Generally they actually don't raise this as a pain point, teams tend to be
quite self sufficient in this regard and rely on things like
[https://flywaydb.org/](https://flywaydb.org/) to deal with it.

From our PoV, at this point this type of feature would be in the high cost /
low impact quadrant. Not because it doesn't make sense, on the contrary. It's
just that it falls at a later stage of maturity than we're at
organisationally. As I mentioned, Adevinta is an extreme case of sprawl. To
invest productively in "a fully managed relational db with data/schema
migrations" we'd need a certain degree of consensus on which db should we
support. We don't have that luxury. Even more: we'd also need some form of
consensus on "this is how you deploy and release software" which there isn't
either (do you do proper CD? is there a manual judgement? are there
deployments to a PRE/Staging env? ..). This heterogeneity greatly limits our
impact (sprawl reduces the potential surface of impact for any decision we
make) so we focus on areas where we can avoid this problem (e.g. everyone buys
cloud, containers...). But also, as I said above, data/schema migrations is
actually not a pain point teams complain about frequently.

------
Pirate-of-SV
Spot on!

Resonates very well with me, working at a scale up in a "platform team".

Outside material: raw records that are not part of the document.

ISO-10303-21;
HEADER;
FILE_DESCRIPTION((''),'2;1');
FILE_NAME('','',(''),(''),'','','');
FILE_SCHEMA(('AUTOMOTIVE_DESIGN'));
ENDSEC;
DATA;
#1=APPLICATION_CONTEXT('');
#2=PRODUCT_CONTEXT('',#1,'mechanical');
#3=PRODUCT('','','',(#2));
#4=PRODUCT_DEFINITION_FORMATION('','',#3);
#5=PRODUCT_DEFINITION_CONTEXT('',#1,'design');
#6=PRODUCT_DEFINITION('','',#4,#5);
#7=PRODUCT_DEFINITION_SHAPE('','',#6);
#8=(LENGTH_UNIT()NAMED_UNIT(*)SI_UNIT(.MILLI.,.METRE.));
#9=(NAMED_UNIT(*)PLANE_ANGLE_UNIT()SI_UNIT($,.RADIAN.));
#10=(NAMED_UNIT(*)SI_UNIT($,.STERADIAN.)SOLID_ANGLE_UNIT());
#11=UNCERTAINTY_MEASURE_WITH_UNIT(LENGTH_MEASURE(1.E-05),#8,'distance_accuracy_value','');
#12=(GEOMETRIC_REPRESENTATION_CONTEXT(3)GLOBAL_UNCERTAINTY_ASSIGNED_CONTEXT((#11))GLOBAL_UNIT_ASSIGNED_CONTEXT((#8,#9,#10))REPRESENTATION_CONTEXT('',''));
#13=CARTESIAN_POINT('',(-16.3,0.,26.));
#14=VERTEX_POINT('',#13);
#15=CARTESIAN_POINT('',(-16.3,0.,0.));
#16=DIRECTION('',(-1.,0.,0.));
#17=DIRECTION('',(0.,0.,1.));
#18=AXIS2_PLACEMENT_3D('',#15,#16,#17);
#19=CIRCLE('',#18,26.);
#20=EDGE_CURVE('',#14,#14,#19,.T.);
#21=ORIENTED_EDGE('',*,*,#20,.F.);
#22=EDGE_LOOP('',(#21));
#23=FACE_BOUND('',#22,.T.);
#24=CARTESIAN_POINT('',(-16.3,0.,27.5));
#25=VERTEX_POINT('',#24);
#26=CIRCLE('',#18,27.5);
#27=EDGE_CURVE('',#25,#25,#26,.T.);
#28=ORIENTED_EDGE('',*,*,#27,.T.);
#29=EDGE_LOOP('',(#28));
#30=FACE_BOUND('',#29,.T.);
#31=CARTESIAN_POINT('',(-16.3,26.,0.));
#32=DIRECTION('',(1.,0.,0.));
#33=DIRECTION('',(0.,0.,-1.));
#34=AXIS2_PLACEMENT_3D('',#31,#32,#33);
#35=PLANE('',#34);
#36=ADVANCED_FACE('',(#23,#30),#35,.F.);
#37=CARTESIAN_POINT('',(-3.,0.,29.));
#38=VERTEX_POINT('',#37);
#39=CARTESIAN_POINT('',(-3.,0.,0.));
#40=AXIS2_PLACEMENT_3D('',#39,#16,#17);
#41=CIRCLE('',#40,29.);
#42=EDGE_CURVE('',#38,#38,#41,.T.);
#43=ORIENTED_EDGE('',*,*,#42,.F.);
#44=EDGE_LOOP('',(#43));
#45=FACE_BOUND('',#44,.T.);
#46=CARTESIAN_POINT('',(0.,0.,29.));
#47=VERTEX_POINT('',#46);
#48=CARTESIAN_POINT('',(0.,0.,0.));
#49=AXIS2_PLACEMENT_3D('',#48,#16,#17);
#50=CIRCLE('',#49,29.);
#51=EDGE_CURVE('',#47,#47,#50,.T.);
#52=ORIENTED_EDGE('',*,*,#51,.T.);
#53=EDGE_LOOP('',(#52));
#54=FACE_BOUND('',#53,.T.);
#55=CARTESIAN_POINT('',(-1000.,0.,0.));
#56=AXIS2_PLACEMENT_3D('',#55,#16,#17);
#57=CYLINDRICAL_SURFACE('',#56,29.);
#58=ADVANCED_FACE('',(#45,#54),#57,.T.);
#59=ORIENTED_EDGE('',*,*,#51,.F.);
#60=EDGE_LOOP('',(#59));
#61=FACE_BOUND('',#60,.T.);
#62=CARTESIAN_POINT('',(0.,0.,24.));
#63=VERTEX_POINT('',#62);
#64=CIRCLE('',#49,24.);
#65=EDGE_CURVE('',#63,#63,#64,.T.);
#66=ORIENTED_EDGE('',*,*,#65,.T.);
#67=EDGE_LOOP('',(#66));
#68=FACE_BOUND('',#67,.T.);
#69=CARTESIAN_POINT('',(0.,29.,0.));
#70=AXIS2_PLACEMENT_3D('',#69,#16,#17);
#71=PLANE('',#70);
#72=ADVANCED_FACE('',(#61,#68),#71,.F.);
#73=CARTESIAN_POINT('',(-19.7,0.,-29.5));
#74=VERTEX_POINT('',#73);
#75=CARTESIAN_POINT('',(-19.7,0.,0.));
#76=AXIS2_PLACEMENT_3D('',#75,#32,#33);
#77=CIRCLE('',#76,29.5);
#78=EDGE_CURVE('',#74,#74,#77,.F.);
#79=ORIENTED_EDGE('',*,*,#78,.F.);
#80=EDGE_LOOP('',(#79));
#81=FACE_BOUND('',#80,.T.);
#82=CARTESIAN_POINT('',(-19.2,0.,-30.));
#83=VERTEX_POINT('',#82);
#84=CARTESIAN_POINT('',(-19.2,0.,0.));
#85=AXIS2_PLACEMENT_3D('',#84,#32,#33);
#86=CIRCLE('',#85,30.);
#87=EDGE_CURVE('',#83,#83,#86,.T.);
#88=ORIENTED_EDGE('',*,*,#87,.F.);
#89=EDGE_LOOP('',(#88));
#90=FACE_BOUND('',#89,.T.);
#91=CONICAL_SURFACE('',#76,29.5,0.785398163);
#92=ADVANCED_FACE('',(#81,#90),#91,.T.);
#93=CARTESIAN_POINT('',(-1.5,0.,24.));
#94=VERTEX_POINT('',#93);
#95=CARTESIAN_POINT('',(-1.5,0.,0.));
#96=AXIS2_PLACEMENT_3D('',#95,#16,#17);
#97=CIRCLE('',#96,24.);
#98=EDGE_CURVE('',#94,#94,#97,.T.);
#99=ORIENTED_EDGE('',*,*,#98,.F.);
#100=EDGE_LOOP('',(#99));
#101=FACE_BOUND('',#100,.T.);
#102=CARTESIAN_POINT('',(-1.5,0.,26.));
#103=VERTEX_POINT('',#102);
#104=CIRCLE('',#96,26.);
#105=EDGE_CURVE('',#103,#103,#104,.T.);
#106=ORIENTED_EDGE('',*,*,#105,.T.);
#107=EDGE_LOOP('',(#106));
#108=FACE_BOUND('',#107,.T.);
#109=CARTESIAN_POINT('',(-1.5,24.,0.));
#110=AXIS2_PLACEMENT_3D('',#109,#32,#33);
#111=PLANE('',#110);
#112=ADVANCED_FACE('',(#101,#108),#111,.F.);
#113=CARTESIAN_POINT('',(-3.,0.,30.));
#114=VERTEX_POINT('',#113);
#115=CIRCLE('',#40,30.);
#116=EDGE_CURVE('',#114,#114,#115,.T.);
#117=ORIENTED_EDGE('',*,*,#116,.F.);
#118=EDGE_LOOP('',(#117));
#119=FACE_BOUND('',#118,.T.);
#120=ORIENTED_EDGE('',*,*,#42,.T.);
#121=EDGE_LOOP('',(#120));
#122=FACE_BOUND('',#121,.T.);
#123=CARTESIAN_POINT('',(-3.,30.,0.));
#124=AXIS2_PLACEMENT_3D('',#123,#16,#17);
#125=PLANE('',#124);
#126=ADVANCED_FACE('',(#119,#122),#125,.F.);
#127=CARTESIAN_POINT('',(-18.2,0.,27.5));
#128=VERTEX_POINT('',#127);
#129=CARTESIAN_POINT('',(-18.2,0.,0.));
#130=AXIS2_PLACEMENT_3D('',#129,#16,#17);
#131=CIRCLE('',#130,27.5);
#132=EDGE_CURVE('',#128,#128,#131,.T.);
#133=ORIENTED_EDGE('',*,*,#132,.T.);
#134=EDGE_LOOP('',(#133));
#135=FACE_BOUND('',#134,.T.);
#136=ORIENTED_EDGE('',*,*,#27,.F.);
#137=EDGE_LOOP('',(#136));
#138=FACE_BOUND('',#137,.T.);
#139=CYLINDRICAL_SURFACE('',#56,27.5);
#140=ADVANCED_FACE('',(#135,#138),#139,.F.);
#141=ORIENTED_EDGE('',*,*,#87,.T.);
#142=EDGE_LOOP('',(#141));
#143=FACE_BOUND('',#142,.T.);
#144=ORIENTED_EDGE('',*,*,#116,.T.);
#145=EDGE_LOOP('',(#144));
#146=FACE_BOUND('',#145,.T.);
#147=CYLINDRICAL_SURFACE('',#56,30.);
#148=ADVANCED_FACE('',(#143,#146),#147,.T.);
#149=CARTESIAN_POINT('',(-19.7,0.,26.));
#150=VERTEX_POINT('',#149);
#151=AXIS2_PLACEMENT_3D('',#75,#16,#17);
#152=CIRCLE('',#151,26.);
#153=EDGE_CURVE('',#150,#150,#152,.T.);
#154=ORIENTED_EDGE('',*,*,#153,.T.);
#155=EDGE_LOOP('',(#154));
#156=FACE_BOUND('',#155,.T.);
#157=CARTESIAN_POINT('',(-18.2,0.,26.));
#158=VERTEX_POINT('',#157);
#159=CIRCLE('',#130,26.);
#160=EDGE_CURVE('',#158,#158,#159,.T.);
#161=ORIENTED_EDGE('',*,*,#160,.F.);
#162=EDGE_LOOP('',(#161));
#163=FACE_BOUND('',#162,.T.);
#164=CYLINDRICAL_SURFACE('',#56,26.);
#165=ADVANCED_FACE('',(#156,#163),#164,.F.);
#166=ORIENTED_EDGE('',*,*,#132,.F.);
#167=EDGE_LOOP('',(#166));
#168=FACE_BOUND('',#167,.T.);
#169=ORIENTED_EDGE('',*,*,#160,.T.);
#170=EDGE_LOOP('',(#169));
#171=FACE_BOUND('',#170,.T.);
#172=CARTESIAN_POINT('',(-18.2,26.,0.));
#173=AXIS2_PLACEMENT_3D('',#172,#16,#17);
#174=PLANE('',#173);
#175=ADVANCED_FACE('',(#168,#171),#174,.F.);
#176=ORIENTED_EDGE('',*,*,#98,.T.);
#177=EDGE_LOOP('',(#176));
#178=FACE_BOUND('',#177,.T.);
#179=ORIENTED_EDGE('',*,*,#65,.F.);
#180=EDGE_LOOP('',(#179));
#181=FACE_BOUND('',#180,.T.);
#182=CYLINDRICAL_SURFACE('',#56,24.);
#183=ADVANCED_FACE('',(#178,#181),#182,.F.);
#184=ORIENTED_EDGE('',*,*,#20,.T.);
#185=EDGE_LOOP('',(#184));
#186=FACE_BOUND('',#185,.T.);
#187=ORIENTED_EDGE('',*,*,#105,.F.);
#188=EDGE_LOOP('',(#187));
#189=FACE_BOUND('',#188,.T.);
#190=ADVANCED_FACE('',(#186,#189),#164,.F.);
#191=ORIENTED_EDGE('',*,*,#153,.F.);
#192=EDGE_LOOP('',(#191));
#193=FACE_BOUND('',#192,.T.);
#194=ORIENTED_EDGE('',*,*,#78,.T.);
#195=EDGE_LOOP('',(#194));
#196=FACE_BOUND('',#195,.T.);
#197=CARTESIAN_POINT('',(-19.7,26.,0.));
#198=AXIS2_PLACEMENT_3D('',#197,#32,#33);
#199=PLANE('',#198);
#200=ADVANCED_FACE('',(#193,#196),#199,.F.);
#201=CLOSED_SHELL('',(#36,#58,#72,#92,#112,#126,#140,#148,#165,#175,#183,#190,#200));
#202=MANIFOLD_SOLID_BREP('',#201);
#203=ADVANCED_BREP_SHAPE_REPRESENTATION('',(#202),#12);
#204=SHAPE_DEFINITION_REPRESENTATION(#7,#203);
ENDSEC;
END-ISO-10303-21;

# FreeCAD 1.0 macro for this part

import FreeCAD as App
import Part
import Sketcher
Q = App.Units.Quantity


def edges_at(feature, points):
    """Names of the edges that pass closest to the given points."""
    edges = feature.Shape.Edges
    near = lambda p: min(range(len(edges)), key=lambda i: edges[i].distToShape(Part.Vertex(*p))[0])
    return sorted({f"Edge{near(p) + 1}" for p in points})

doc = App.newDocument("Part")
params = doc.addObject("Spreadsheet::Sheet", "Params")
for row, (alias, value) in enumerate([
    ("sketch1_width", "3 mm"),
    ("sketch1_height", "5 mm"),
    ("sketch1_height2", "1 mm"),
    ("sketch1_height3", "4 mm"),
    ("sketch1_width2", "1.5 mm"),
    ("revolution_angle", "360 deg"),
    ("chamfer_size", "0.5 mm"),
], start=1):
    params.set(f"A{row}", alias)
    params.set(f"B{row}", "=" + value)
    params.setAlias(f"B{row}", alias)

body = doc.addObject("PartDesign::Body", "Body")

# Sketch on XY plane
sketch1 = doc.addObject("Sketcher::SketchObject", "Sketch")
body.addObject(sketch1)
sketch1.AttachmentSupport = (doc.XY_Plane, [""])
sketch1.MapMode = "FlatFace"
sketch1.addGeometry(Part.LineSegment(App.Vector(-1.5, 24, 0), App.Vector(0, 24, 0)), False)
sketch1.addGeometry(Part.LineSegment(App.Vector(0, 24, 0), App.Vector(0, 29, 0)), False)
sketch1.addGeometry(Part.LineSegment(App.Vector(0, 29, 0), App.Vector(-3, 29, 0)), False)
sketch1.addGeometry(Part.LineSegment(App.Vector(-3, 29, 0), App.Vector(-3, 30, 0)), False)
sketch1.addGeometry(Part.LineSegment(App.Vector(-3, 30, 0), App.Vector(-19.7, 30, 0)), False)
sketch1.addGeometry(Part.LineSegment(App.Vector(-19.7, 30, 0), App.Vector(-19.7, 26, 0)), False)
sketch1.addGeometry(Part.LineSegment(App.Vector(-19.7, 26, 0), App.Vector(-18.2, 26, 0)), False)
sketch1.addGeometry(Part.LineSegment(App.Vector(-18.2, 26, 0), App.Vector(-18.2, 27.5, 0)), False)
sketch1.addGeometry(Part.LineSegment(App.Vector(-18.2, 27.5, 0), App.Vector(-16.3, 27.5, 0)), False)
sketch1.addGeometry(Part.LineSegment(App.Vector(-16.3, 27.5, 0), App.Vector(-16.3, 26, 0)), False)
sketch1.addGeometry(Part.LineSegment(App.Vector(-16.3, 26, 0), App.Vector(-1.5, 26, 0)), False)
sketch1.addGeometry(Part.LineSegment(App.Vector(-1.5, 26, 0), App.Vector(-1.5, 24, 0)), False)
sketch1.addConstraint(Sketcher.Constraint("Coincident", 0, 2, 1, 1))
sketch1.addConstraint(Sketcher.Constraint("Coincident", 1, 2, 2, 1))
sketch1.addConstraint(Sketcher.Constraint("Coincident", 2, 2, 3, 1))
sketch1.addConstraint(Sketcher.Constraint("Coincident", 3, 2, 4, 1))
sketch1.addConstraint(Sketcher.Constraint("Coincident", 4, 2, 5, 1))
sketch1.addConstraint(Sketcher.Constraint("Coincident", 5, 2, 6, 1))
sketch1.addConstraint(Sketcher.Constraint("Coincident", 6, 2, 7, 1))
sketch1.addConstraint(Sketcher.Constraint("Coincident", 7, 2, 8, 1))
sketch1.addConstraint(Sketcher.Constraint("Coincident", 8, 2, 9, 1))
sketch1.addConstraint(Sketcher.Constraint("Coincident", 9, 2, 10, 1))
sketch1.addConstraint(Sketcher.Constraint("Coincident", 10, 2, 11, 1))
sketch1.addConstraint(Sketcher.Constraint("Coincident", 11, 2, 0, 1))
sketch1.addConstraint(Sketcher.Constraint("Horizontal", 0))
sketch1.addConstraint(Sketcher.Constraint("Vertical", 1))
sketch1.addConstraint(Sketcher.Constraint("Horizontal", 2))
sketch1.addConstraint(Sketcher.Constraint("Vertical", 3))
sketch1.addConstraint(Sketcher.Constraint("Horizontal", 4))
sketch1.addConstraint(Sketcher.Constraint("Vertical", 5))
sketch1.addConstraint(Sketcher.Constraint("Horizontal", 6))
sketch1.addConstraint(Sketcher.Constraint("Vertical", 7))
sketch1.addConstraint(Sketcher.Constraint("Horizontal", 8))
sketch1.addConstraint(Sketcher.Constraint("Vertical", 9))
sketch1.addConstraint(Sketcher.Constraint("Horizontal", 10))
sketch1.addConstraint(Sketcher.Constraint("Vertical", 11))
sketch1.addConstraint(Sketcher.Constraint("PointOnObject", 0, 2, -2))
sketch1.addConstraint(Sketcher.Constraint("Horizontal", 6, 2, 9, 2))
sketch1.addConstraint(Sketcher.Constraint("Equal", 0, 6))
sketch1.addConstraint(Sketcher.Constraint("Equal", 6, 7))
sketch1.addConstraint(Sketcher.Constraint("DistanceX", 2, 2, 2, 1, Q("3 mm")))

Business wise we're set to out engineer competition. Biggest challenges are
definitely to get engineers on board on training and transitioning into new
"cool" technology. Should we help highly skilled advanced teams run fast or
focus on getting everyone on board the cloud native train?

------
brujoand
Nice write-up Galo! As an ex-Deliveriarian I really enjoyed working this way,
and the timing is perfect as I’m trying to set up a similar but way smaller
PaaS. I’ll be borrowing this text :D

------
marmaduke
as a one person platform team (bare metal cluster + hpc resources); this
article while super impressive gave me a kind of anxiety attack. I can barely
keep the fires out and geez, look how much better it could be. There's hope
for some at least.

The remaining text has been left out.